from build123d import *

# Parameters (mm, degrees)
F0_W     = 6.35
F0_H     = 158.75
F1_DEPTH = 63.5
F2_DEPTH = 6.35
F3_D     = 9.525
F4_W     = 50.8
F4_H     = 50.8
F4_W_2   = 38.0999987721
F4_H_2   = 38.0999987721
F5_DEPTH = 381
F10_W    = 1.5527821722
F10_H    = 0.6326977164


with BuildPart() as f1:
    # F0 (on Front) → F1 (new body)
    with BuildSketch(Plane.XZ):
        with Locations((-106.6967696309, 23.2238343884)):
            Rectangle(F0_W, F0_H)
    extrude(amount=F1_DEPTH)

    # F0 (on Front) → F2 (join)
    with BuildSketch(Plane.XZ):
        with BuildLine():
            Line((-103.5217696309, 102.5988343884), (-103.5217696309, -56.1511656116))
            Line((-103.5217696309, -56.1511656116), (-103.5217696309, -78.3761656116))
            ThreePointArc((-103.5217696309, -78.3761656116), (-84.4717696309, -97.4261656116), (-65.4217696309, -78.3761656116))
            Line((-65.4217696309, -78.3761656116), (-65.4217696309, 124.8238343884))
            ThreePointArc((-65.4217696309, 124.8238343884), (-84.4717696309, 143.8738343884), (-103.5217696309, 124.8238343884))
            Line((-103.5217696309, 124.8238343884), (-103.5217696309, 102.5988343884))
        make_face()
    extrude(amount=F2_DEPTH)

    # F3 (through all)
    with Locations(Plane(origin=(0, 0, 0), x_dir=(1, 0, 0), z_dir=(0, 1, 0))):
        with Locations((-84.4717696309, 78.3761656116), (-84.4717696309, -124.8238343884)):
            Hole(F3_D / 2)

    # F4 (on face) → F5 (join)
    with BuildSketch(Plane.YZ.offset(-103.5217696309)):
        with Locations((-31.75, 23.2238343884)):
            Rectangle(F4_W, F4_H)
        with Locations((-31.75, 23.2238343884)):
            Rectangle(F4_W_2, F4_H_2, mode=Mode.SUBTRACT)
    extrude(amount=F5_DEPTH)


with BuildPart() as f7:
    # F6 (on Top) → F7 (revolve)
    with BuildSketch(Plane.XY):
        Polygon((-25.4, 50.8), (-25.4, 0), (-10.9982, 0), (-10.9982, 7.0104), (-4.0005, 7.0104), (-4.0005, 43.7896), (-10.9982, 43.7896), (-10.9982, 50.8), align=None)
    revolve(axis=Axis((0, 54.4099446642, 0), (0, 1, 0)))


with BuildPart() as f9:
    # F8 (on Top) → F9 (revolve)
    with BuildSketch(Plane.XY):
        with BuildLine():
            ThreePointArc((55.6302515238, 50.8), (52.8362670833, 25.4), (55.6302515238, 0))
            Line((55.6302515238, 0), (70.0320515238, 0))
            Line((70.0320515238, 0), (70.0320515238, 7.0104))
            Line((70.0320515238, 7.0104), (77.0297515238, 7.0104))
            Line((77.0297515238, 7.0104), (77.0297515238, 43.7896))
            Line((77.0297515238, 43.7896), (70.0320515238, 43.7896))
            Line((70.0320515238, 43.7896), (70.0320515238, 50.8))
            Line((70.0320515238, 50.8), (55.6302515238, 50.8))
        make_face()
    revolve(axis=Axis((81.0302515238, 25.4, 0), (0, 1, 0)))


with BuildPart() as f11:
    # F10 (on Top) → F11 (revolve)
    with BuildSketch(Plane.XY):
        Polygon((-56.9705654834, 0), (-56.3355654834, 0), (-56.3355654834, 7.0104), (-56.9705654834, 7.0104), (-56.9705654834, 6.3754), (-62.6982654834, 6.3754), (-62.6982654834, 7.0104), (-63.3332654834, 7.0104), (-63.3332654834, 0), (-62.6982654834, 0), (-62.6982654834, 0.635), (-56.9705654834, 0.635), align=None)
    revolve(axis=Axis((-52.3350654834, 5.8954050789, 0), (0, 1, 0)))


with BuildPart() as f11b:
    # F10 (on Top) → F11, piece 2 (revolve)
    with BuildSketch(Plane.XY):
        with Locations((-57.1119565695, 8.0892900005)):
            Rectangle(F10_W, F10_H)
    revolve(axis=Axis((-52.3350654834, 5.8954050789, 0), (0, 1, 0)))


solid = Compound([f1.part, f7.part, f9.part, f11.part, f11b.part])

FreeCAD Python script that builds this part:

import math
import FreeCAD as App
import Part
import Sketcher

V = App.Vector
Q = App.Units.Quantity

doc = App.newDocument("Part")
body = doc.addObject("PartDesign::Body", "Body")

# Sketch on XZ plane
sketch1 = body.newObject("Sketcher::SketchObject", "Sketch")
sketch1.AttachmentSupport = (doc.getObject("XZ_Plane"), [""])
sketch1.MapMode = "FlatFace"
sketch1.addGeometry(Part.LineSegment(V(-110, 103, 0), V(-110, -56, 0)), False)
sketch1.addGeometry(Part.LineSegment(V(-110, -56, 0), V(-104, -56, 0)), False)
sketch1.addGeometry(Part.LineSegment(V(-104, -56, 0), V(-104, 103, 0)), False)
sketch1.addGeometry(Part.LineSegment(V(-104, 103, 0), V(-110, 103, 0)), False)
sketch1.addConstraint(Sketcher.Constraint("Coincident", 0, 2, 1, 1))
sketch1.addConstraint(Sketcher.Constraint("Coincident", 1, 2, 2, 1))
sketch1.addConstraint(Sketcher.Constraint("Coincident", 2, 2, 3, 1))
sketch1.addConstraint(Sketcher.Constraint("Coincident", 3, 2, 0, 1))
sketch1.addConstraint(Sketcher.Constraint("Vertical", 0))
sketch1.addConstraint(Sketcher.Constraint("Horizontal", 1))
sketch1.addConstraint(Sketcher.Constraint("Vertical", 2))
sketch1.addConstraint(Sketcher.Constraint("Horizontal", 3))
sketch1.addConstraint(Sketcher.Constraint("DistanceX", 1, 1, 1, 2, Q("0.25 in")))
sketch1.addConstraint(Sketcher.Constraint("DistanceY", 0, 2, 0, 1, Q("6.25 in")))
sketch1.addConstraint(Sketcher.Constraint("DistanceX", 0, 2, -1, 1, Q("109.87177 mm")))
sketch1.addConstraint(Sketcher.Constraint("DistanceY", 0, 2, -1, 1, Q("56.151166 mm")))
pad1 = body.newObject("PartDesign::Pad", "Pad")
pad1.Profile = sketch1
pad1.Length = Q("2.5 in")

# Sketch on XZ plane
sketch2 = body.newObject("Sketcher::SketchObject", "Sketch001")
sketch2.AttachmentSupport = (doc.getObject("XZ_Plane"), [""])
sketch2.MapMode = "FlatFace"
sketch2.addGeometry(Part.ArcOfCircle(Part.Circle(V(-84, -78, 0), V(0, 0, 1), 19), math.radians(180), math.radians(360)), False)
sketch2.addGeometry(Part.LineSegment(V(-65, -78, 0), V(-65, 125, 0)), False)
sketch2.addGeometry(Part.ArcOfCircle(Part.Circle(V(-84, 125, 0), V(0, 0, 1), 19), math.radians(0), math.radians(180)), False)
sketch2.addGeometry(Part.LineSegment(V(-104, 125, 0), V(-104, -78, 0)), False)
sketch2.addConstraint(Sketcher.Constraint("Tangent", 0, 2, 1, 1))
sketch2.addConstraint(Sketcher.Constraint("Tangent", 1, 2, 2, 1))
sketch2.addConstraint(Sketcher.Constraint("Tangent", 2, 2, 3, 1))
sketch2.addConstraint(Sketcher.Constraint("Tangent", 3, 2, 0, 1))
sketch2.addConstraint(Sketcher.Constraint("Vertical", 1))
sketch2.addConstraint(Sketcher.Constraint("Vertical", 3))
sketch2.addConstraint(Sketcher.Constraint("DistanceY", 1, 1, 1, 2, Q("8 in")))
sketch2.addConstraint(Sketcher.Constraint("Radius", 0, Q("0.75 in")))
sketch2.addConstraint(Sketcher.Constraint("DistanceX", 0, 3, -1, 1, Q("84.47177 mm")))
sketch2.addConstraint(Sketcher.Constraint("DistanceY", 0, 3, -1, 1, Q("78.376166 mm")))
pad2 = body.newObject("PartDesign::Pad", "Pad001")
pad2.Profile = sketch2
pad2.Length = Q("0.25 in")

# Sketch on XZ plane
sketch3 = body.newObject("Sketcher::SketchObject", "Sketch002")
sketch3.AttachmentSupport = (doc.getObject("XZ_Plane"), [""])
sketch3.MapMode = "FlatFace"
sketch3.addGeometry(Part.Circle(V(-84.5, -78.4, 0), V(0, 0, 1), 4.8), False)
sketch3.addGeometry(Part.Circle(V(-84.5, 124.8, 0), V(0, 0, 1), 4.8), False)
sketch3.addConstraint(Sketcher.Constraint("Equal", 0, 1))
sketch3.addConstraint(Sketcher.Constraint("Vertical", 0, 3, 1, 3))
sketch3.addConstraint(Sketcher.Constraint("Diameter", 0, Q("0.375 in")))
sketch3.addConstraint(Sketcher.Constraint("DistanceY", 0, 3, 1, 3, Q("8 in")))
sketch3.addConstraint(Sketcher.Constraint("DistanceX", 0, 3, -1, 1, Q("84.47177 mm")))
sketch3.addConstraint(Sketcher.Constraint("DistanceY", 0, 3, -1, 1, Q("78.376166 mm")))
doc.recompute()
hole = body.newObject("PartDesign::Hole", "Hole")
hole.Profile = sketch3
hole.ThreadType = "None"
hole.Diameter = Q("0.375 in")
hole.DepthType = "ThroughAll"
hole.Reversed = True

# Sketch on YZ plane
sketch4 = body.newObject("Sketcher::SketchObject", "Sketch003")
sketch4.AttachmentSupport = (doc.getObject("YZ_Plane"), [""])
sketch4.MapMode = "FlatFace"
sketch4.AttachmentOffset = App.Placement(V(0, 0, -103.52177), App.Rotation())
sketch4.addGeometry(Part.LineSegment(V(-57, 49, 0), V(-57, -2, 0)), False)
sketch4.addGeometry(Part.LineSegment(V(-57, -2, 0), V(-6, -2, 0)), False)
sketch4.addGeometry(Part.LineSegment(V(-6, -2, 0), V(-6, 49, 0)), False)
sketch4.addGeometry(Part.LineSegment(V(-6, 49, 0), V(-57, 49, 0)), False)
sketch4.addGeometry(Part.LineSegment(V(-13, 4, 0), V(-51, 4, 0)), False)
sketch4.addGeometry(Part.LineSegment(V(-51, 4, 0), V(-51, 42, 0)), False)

---

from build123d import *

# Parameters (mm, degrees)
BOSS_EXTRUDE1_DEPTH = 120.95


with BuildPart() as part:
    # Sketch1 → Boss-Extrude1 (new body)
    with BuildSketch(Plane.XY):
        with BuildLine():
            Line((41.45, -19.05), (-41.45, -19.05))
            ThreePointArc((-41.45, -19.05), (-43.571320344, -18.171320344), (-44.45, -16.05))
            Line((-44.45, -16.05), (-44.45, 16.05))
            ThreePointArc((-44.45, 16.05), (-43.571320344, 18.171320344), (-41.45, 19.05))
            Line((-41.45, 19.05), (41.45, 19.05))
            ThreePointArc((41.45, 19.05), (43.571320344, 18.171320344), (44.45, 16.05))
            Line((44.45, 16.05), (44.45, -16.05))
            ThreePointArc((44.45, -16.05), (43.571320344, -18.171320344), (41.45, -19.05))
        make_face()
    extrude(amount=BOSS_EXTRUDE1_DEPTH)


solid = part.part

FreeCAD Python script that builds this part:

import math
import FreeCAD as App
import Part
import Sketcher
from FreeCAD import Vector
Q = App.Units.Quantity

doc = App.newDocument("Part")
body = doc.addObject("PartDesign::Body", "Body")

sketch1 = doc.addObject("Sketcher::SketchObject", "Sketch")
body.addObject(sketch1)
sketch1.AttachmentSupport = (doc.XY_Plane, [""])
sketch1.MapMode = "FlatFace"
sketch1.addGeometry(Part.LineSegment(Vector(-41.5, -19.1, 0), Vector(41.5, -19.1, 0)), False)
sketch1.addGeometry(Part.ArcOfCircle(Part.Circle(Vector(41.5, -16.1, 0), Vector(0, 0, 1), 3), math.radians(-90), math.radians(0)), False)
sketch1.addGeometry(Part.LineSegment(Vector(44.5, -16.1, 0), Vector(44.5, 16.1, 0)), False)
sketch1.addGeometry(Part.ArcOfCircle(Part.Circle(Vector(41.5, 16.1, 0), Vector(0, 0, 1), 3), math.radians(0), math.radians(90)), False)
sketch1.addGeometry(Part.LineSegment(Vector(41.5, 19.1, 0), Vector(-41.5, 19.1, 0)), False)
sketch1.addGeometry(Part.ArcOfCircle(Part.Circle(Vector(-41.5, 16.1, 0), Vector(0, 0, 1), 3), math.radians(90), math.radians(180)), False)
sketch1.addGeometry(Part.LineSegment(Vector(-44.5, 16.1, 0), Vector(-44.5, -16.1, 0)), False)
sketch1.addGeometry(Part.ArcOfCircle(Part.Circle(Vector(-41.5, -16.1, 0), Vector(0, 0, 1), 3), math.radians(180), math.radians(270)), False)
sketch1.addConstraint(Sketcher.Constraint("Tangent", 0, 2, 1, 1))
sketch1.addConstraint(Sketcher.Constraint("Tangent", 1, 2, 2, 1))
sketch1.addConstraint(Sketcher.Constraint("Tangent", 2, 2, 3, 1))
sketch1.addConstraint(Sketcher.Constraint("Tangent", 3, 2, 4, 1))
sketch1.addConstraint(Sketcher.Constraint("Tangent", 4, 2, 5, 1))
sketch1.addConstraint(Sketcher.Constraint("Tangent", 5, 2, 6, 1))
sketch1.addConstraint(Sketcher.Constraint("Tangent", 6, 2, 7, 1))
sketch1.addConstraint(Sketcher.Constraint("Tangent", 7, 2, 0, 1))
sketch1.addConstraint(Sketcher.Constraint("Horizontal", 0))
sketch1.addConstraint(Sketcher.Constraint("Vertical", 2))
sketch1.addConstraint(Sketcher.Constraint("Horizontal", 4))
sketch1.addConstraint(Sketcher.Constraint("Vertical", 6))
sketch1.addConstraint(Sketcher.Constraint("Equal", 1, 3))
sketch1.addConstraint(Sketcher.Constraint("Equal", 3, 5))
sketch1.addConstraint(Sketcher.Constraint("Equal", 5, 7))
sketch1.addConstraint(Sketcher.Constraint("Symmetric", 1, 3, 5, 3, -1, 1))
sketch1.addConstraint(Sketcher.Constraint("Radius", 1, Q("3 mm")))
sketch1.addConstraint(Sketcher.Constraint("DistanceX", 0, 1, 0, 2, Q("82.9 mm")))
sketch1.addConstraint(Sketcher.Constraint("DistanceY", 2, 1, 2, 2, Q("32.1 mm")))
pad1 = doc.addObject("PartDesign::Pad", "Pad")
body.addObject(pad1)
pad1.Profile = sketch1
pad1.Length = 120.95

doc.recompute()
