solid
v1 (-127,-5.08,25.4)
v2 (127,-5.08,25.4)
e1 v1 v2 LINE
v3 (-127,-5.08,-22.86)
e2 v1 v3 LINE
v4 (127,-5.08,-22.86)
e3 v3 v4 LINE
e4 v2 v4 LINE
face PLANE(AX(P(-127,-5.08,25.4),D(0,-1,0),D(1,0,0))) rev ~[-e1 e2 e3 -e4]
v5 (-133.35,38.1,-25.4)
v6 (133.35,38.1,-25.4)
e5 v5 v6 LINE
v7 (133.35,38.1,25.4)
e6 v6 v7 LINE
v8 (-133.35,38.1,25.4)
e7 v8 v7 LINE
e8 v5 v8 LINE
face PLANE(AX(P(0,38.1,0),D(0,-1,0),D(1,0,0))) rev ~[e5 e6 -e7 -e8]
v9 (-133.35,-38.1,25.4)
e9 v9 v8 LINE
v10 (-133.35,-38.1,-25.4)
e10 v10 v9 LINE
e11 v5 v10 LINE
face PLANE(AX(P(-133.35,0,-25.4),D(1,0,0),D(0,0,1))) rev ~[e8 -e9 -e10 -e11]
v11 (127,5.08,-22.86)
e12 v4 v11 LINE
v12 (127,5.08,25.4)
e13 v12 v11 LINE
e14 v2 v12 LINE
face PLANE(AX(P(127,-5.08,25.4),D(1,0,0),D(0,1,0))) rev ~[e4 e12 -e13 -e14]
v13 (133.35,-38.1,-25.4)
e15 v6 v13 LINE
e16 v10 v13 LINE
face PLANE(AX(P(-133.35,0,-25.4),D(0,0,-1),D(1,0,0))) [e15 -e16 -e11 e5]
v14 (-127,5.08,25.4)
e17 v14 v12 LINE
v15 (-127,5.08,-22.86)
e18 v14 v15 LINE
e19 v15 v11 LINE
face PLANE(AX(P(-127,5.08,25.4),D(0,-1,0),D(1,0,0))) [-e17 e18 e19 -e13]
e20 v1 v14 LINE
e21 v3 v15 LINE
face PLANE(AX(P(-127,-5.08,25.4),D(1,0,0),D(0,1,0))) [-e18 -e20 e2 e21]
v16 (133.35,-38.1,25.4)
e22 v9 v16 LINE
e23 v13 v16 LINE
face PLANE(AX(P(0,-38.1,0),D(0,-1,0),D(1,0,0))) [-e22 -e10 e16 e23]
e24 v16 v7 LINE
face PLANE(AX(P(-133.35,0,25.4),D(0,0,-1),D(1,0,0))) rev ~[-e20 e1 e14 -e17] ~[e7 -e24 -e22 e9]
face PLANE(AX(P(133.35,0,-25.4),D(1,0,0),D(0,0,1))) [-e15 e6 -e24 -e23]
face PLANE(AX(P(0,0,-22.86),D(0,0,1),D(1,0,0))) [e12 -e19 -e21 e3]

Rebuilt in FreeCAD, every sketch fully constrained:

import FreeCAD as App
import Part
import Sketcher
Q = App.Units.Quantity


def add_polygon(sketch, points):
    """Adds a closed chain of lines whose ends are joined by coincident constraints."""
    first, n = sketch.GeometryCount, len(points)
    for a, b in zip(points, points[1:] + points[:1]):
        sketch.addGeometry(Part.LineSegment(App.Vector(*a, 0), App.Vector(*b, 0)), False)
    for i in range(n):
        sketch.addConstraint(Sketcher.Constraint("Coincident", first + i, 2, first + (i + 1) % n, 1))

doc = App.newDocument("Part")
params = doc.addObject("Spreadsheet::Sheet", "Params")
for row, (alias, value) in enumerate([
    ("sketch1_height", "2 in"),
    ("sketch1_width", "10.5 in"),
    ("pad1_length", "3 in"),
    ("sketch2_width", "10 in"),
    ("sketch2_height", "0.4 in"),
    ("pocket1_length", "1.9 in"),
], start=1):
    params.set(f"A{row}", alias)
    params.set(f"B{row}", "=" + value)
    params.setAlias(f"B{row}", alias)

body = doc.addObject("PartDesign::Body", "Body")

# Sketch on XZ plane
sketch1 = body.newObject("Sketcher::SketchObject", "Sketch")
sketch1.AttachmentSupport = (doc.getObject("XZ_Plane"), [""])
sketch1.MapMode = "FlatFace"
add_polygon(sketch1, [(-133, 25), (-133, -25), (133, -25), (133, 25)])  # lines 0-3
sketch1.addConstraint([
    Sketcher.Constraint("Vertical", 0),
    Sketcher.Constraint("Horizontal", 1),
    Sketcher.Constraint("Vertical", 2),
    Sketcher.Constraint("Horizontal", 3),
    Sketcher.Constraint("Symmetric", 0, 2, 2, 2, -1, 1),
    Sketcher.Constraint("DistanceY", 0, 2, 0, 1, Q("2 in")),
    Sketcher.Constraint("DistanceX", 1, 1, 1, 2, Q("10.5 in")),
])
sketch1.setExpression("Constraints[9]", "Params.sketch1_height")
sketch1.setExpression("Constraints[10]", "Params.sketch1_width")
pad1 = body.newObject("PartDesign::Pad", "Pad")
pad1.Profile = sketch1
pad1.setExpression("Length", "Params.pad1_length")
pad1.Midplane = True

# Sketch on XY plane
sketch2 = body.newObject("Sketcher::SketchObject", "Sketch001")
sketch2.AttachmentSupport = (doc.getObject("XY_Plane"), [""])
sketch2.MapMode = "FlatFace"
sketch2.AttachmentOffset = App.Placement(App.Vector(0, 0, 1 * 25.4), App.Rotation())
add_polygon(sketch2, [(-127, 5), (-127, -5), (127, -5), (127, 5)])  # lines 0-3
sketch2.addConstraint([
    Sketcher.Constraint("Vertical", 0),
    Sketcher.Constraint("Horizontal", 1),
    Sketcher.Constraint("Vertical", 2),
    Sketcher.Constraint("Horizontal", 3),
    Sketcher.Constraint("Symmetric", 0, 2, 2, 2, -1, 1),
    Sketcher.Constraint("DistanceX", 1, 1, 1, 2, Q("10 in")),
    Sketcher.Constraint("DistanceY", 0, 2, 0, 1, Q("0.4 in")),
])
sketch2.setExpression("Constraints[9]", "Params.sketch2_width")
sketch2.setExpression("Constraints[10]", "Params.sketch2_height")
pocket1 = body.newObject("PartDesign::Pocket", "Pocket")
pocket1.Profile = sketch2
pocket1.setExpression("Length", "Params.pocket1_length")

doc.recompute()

• [Problem to solve] From the listing above, return the lines starting at the one with "e10 v10 v9 LINE" and ending at the one with "e21 v3 v15 LINE", both kept, exactly as they appear and nothing more.

• [Answer to this exercise]
e10 v10 v9 LINE
e11 v5 v10 LINE
face PLANE(AX(P(-133.35,0,-25.4),D(1,0,0),D(0,0,1))) rev ~[e8 -e9 -e10 -e11]
v11 (127,5.08,-22.86)
e12 v4 v11 LINE
v12 (127,5.08,25.4)
e13 v12 v11 LINE
e14 v2 v12 LINE
face PLANE(AX(P(127,-5.08,25.4),D(1,0,0),D(0,1,0))) rev ~[e4 e12 -e13 -e14]
v13 (133.35,-38.1,-25.4)
e15 v6 v13 LINE
e16 v10 v13 LINE
face PLANE(AX(P(-133.35,0,-25.4),D(0,0,-1),D(1,0,0))) [e15 -e16 -e11 e5]
v14 (-127,5.08,25.4)
e17 v14 v12 LINE
v15 (-127,5.08,-22.86)
e18 v14 v15 LINE
e19 v15 v11 LINE
face PLANE(AX(P(-127,5.08,25.4),D(0,-1,0),D(1,0,0))) [-e17 e18 e19 -e13]
e20 v1 v14 LINE
e21 v3 v15 LINE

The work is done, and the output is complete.